Is your smart TV watching you?Posted: Updated:
It's probably America's favorite pastime, something author Harlan Ellison referred to as the glass teat. People love TV, and as technology improves, there's a race to get the latest and greatest set.
The smart TV, which has built-in apps similar to a smartphone, comes with a major flaw. It can be hacked.
The smart TV truly blurs the line between television and computer. Because they use a Wi-Fi connection, they can be a target for hackers. Once that's accomplished, hackers can use you to make money.
"It was access to Netflix that really sold us on it," smart TV owner Mark Cenicola said.
Cenicola and his wife recently made the switch to a smart TV. They canceled their cable and rely exclusively on the internet for their favorite TV shows and movies.
"We'll watch a whole bunch of [a TV] series as opposed to having to wait one week after another," Cenicola said.
Connecting his TV to the internet has left Cenicola vulnerable to hackers.
"It's a device. It's digital. It's able to be hacked," said computer forensics expert Leon Mare.
Mare's 30 years of IT experience has helped law enforcement at the local and federal levels. He said because smart TVs are so new, they're actually quite easy for hackers to break into.
Mare said another reason for the ease in hacking is because smart TV manufacturers are typically more concerned with moving product than safeguarding it.
"The main concentration of vendors and manufacturers is to let the product get out onto the market. That's where the money is. They don't see or think about people breaking into it," he said.
Computer expert Ken Colburn, who is chief executive officer of computer repair company Data Doctors, said there is money to be made in smart TV hacking, and criminals know it.
"People need to think of smart TVs the same way they think of their computers because essentially it is the same exact thing. Lots and lots of organized crime units around the world are involved heavily in internet crimes," Colburn said.
What's worse is hackers can access a smart TV's camera, effectively allowing your TV to watch you.
"Hackers can get into the computer or get into the TV and monitor what you're doing inside the house," Mare said.
Something similar recently happened to Miss Teen USA Cassidy Wolf. The FBI has charged James Abrahams, a former classmate of Wolf, for hacking into her webcam.
Abrahams then took pictures of Wolf and others changing and, according to investigators, threatened to post the photos online unless he received more pictures.

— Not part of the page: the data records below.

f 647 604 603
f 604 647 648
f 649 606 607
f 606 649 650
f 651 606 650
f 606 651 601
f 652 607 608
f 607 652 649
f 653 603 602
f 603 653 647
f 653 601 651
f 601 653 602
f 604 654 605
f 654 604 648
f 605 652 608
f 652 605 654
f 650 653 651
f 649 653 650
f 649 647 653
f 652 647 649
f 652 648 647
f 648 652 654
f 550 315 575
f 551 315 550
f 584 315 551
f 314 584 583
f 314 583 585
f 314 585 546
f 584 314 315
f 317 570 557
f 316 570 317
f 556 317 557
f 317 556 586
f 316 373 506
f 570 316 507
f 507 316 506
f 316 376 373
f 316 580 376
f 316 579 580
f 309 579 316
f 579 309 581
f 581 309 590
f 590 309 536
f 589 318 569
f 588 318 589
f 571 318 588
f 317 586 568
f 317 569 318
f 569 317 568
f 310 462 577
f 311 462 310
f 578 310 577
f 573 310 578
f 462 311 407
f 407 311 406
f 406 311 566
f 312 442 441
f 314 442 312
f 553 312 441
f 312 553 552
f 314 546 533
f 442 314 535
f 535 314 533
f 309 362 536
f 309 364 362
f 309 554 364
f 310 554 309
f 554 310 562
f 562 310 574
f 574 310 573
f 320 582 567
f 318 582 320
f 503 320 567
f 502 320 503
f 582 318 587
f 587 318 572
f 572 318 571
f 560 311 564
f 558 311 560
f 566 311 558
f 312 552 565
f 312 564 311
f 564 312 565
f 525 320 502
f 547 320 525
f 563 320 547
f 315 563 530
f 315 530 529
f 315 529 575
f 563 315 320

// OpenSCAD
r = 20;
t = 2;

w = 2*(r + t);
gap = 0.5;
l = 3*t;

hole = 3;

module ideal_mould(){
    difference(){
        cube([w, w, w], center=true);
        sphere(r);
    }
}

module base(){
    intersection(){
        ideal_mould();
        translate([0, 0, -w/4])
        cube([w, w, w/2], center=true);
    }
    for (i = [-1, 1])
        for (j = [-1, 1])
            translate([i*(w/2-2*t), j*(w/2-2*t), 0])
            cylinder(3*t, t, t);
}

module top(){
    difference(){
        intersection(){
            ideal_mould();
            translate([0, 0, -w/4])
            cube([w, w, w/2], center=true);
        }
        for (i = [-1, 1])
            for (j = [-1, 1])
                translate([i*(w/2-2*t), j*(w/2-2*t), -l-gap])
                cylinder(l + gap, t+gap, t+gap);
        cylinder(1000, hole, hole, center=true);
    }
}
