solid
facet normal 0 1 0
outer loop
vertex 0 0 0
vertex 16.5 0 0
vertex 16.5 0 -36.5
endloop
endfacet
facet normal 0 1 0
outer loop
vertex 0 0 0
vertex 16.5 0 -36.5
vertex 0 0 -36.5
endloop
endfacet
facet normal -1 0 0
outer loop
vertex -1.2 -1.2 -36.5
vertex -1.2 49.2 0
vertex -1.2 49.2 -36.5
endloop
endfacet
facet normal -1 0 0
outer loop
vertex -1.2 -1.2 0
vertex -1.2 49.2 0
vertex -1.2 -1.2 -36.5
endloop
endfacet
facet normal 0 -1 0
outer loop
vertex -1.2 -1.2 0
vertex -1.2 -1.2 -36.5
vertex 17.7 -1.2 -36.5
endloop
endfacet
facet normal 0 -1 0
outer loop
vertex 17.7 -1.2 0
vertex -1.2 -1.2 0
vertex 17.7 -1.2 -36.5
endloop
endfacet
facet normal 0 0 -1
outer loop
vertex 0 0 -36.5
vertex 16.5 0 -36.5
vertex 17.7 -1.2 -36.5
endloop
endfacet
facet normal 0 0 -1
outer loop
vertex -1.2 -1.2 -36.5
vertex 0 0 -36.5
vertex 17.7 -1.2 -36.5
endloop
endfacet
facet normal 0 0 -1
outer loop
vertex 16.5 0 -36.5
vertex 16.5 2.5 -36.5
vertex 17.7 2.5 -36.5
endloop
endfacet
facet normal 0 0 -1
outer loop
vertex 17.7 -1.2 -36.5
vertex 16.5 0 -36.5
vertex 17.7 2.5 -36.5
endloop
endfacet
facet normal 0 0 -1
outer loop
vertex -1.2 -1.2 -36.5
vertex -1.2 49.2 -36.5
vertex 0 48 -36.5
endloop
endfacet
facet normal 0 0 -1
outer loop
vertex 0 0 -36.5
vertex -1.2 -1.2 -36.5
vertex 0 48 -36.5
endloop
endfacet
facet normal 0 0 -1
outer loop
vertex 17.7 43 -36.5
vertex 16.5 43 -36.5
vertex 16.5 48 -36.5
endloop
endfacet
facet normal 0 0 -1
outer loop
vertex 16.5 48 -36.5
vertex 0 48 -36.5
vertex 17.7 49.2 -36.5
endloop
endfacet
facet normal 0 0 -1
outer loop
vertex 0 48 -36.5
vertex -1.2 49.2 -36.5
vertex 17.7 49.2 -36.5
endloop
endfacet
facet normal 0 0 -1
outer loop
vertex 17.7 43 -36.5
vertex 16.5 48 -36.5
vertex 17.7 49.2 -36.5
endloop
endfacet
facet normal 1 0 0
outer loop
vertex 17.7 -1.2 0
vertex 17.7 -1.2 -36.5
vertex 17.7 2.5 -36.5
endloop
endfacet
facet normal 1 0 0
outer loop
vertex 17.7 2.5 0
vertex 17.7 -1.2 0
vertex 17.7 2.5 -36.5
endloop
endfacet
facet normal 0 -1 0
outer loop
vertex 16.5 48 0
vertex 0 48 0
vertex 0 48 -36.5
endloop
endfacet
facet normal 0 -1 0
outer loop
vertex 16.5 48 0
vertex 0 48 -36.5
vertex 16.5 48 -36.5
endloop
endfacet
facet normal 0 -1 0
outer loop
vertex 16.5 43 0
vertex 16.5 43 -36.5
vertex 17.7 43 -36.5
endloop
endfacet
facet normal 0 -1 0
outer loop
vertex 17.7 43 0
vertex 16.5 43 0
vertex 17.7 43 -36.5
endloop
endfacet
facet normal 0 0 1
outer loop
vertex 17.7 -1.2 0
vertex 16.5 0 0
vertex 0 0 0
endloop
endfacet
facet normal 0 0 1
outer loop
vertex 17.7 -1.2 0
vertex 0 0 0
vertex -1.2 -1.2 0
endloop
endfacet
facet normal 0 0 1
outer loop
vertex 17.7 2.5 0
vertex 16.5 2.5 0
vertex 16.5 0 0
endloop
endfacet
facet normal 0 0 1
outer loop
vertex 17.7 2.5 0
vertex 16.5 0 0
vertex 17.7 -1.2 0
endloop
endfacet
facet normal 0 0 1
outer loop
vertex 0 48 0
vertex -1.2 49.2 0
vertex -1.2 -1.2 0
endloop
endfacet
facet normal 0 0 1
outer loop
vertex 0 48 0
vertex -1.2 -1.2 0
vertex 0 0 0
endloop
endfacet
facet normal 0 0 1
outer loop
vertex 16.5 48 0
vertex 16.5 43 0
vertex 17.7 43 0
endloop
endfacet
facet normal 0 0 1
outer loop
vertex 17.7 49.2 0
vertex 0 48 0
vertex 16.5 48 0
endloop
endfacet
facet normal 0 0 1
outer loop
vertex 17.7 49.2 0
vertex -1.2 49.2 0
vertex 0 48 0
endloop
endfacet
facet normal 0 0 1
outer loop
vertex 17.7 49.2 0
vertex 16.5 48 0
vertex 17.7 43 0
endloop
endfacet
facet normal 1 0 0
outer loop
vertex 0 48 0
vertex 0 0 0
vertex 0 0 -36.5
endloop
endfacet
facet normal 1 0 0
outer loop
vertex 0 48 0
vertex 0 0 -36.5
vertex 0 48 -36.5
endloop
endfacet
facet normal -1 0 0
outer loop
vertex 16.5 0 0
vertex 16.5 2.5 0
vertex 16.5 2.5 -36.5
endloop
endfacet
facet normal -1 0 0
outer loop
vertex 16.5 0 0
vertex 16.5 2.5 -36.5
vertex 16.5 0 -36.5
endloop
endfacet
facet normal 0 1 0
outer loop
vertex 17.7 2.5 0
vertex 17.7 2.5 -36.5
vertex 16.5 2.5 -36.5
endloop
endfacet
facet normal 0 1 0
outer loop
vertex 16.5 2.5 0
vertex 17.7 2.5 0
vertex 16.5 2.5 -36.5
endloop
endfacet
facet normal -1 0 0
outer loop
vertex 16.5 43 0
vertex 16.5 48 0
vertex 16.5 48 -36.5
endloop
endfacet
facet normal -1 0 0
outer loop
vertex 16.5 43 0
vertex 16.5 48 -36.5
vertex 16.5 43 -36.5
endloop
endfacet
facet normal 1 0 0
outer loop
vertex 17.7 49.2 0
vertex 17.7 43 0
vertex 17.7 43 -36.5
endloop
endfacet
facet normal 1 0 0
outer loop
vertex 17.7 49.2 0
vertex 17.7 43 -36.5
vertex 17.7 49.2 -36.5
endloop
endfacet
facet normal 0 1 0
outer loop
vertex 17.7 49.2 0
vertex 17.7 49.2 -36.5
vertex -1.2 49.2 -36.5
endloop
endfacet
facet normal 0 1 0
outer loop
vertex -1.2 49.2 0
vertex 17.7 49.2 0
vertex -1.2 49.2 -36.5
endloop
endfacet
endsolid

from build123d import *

# Parameters (mm, degrees)
F1_DEPTH = 36.5


with BuildPart() as f1:
    # F0 (on Top) → F1 (new body)
    with BuildSketch(Plane.XY):
        Polygon((16.5, 0), (0, 0), (0, 48), (16.5, 48), (16.5, 43), (17.7, 43), (17.7, 49.2), (-1.2, 49.2), (-1.2, -1.2), (17.7, -1.2), (17.7, 2.5), (16.5, 2.5), align=None)
    extrude(amount=-F1_DEPTH)


solid = f1.part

"If they do hack it and they want to blackmail you, it's money. You pay a certain amount of money and we'll leave you alone," Mare said.
You might think placing a piece of tape over the camera on your smart TV is a simple solution, but Colburn said that's not so.
"That's kind of like hiding in the sand. If someone can actually see through your camera, they can do a whole lot more damage to you than just looking through that camera," he said.
There are some effective deterrents. First, update your smart TV software every time you receive a prompt.
"The No. 1 reason that you're going to become the victim of a hack is because you take a piece of technology out of the box, you plug it in, it works, you just leave everything the way that it came from the factory and the hackers count on you doing that," Colburn said.
Secondly, configure your smart TV's security settings and place and routinely change passwords on all devices.
"Put as many security barriers in the way as you can," Colburn said.
Also, monitor your router because that's the door hackers use to get into every device in your home.
"Configure your router to ensure that only certain addresses are allowed to be attached to the network. Make sure it's not broadcasting. Make it a hidden router," Mare said.
Cenicola is now taking precautions with his smart TV.
"You know, I'm kind of paranoid about internet security. We're not broadcasting what our wireless network name is. We make sure we change the password on a regular basis," he said.
Much of the security advice in this article is applicable to other devices such as smartphones, tablets and even baby monitors.